Every two weeks, Colón flies into Colorado Springs and drives 40 miles to one of the country’s most intensely guarded prisons. There, she spends four or five hours with Guzmán, who spends 23 hours a day locked in a 7-by-12-foot cell. Guzmán has almost no contact with the outside world — not even his wife is allowed to visit him.
Guzmán and Colón talk legal matters, yes, but also personal things, ranging from stories about their childhoods to Colón’s love life.
“He knows a lot about me, and I know a lot about him,” she said. She admits that some of the anecdotes he has shared would make for great lyrics. But Colón said she draws a clear boundary between her two careers.
“I have to be really careful about what I sing about,” she said.
Just before Colón took the stage at the festival in Tracy, a video played on a massive screen. It showed clips of her getting out of a car in a slick pantsuit, taking tequila shots with a group of friends, and in a hot tub surrounded by candles. A picture of a young Guzmán flashed. “Many know her as the lawyer of El Chapo,” a male voice intoned.
Colón — who only started releasing music last year and is still at work on her first EP — was one of the lesser known names to play at the festival. As she took the stage, the response from the crowd was lukewarm at first.
But as she started singing — first a song by Rivera, later a cover of a corrido about El Chapo (“The Earth turns and stops / If Joaquín orders it”) — the crowd warmed up.

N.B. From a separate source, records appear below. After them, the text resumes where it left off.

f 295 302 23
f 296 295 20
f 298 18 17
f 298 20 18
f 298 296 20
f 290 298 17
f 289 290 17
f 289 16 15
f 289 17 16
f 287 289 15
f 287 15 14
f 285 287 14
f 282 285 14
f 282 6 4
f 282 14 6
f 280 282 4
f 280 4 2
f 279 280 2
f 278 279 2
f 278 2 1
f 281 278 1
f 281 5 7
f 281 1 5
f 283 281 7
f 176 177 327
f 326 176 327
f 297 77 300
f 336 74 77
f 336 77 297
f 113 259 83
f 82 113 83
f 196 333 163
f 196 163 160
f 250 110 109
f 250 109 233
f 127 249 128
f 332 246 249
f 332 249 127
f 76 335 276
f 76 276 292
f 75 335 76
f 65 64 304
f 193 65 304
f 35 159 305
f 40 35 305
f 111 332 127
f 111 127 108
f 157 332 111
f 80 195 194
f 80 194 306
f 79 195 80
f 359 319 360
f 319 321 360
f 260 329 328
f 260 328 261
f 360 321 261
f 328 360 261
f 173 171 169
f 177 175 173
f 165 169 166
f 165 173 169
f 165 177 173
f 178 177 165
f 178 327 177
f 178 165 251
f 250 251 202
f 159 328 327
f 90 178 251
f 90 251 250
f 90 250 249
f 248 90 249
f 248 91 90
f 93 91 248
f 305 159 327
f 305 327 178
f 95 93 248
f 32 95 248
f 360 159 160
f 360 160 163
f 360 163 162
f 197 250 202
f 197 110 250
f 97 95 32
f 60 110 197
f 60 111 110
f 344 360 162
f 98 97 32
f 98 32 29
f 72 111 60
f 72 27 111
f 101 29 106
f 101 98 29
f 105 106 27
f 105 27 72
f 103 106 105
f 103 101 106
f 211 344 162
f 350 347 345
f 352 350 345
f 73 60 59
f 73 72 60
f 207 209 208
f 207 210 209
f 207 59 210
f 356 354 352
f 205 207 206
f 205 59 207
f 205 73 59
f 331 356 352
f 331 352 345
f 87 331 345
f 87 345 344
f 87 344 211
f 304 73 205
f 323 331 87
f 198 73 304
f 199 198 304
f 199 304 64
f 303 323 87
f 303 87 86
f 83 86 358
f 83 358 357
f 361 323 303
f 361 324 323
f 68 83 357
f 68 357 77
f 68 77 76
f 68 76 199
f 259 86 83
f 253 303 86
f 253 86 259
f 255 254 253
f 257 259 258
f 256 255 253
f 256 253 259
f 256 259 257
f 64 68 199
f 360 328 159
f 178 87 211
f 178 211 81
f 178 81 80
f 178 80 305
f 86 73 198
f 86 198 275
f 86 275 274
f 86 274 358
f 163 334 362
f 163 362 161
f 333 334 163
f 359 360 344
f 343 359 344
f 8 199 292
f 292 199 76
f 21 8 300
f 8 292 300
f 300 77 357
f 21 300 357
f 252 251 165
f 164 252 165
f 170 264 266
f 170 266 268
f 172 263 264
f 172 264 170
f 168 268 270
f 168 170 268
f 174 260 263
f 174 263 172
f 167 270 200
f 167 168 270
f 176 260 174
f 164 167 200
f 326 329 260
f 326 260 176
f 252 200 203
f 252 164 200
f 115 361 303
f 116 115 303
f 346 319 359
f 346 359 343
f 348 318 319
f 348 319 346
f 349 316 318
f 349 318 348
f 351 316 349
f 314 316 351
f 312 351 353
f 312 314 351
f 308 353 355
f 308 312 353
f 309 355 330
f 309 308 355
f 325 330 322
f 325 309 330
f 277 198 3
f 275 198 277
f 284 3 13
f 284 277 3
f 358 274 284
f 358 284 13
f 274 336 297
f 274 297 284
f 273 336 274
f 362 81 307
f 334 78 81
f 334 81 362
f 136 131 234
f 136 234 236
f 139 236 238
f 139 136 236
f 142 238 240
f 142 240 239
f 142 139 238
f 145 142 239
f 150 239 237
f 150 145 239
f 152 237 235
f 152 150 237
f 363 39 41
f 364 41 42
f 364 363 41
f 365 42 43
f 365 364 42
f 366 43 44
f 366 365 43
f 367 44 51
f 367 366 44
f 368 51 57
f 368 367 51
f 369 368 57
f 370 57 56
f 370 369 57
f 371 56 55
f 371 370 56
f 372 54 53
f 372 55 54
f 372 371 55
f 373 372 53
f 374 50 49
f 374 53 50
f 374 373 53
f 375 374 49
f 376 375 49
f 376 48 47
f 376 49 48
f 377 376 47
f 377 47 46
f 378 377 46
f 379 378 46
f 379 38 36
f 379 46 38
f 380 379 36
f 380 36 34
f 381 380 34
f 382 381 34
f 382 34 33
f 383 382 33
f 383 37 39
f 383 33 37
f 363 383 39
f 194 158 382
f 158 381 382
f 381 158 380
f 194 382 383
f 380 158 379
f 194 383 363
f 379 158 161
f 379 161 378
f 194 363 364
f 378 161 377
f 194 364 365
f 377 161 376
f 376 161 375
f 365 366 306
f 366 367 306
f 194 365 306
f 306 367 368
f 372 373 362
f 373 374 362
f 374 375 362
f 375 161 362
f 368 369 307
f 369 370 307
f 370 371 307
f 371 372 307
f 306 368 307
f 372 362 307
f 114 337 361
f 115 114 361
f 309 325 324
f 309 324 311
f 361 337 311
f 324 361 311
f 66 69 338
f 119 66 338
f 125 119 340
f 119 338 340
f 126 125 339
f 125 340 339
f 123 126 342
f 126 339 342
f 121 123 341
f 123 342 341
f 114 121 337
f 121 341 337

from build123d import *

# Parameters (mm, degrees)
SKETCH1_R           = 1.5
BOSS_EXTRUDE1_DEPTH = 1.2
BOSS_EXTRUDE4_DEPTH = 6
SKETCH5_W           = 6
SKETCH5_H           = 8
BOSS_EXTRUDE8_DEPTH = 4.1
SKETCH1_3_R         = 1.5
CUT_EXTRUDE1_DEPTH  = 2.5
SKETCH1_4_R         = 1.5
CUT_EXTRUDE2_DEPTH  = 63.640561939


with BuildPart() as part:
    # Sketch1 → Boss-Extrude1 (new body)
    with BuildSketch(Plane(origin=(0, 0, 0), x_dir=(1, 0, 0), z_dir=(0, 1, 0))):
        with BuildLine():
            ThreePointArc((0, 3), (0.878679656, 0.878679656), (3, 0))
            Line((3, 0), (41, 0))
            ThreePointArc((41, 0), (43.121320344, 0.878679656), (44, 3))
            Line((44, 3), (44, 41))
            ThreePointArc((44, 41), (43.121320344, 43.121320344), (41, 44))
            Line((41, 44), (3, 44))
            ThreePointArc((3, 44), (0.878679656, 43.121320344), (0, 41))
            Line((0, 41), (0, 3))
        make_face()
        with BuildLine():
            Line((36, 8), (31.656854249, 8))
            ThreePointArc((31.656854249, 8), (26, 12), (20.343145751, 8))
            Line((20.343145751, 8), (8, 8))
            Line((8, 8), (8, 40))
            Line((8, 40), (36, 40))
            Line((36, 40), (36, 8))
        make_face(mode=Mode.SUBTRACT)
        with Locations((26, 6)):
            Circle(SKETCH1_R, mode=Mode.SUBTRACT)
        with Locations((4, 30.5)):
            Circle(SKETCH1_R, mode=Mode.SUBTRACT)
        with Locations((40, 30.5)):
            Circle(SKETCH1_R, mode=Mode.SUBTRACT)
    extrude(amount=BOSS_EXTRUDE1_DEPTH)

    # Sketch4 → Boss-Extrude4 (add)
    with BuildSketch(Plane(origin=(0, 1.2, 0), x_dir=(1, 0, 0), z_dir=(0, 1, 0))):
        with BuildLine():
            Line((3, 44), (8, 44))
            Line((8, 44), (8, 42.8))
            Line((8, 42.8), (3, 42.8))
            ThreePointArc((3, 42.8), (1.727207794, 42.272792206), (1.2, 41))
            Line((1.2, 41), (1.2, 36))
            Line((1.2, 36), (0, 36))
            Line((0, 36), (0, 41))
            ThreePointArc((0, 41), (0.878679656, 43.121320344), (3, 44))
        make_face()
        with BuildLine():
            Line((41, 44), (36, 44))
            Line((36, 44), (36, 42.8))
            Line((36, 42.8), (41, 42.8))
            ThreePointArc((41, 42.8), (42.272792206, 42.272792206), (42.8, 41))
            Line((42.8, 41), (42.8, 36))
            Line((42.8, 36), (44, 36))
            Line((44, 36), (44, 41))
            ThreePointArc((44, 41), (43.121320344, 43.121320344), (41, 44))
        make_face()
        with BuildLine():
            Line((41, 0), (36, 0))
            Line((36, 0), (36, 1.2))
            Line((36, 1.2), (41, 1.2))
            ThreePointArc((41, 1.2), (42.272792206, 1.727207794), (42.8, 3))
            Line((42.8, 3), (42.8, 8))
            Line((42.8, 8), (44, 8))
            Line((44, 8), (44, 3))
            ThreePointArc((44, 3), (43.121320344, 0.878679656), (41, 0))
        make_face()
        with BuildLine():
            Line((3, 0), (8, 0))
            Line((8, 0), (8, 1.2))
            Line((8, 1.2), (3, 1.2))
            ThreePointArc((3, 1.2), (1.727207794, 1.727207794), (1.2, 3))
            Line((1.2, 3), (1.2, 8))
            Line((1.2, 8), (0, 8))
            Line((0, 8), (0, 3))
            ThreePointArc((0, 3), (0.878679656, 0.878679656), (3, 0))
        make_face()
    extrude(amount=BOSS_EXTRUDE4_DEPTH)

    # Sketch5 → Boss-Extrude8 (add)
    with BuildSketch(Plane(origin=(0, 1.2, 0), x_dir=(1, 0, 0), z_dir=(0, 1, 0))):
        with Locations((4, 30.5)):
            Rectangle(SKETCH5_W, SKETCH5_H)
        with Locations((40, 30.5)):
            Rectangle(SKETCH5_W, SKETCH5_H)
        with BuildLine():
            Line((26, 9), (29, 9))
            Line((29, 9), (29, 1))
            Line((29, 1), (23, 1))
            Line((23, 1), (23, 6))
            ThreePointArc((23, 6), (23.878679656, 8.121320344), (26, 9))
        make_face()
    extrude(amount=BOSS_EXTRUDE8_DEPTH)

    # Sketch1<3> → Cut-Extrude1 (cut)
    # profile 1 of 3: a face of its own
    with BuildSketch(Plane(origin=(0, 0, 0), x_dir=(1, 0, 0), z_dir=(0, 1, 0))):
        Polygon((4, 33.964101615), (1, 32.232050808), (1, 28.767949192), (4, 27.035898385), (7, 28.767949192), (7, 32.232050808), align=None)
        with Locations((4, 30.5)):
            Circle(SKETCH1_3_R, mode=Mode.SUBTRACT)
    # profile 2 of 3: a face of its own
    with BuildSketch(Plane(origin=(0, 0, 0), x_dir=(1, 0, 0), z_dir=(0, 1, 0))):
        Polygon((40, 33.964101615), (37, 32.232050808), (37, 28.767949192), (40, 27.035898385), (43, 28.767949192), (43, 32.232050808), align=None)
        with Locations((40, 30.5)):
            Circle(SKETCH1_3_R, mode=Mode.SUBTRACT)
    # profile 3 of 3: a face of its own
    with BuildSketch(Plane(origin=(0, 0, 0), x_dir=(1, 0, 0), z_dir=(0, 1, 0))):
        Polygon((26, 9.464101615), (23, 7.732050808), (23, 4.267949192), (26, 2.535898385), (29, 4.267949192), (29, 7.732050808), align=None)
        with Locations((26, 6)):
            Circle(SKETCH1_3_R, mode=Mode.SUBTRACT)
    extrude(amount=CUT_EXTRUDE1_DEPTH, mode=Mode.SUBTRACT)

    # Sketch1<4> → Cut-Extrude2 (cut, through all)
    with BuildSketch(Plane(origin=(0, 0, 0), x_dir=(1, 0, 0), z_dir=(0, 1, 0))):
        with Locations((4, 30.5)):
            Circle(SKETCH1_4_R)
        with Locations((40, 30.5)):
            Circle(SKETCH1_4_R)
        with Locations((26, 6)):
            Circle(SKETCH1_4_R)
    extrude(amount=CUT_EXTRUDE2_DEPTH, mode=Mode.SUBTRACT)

Women, in particular, seemed excited by her presence in the otherwise all-male lineup.
After she finished, throwing black-dyed roses into the crowd, she stepped off stage and got a hug from Arturo Hernández, a gray-haired man in a Santa Clara Law sweatshirt.
Hernández, an attorney who has represented many cartel members, met Colón during the Guzmán trial when she asked him for information on Sinaloa. He saw in her parallels with his own career and took her under his wing. In the 1980s, he was a young attorney just starting out when he represented serial killer Richard Ramirez, known as the Night Stalker.
Hernández had advised her on how to handle the media. He supported her, too, when she told him she wanted to be a singer. His advice, both times, was the same.
“Have fun,” he said. “Enjoy the ride.”
She is enjoying it. Although the demands of the music industry, which requires artists to also be influencers, can be a lot.
Some people have asked what will happen to her legal career if her music takes off. If that happens, she knows she might have to reduce her caseload.
But she said she’ll forever be loyal to El Chapo.
“I have a responsibility to make sure that he has the best quality of life, whether it be inside or outside and especially if it’s inside,” she said. She feels the same way about Coronel, whom she is advising on several potential business ventures.
“They gave me my first opportunity,” she said. “I’d cancel concerts for them.”
As the sun sank over California farm country, the young crowd outside kept dancing and drinking, and Colón and her team prepared to head out. She had some recording in San Francisco to do. Some cases to work on. And a few days later, a trip to Colorado to make.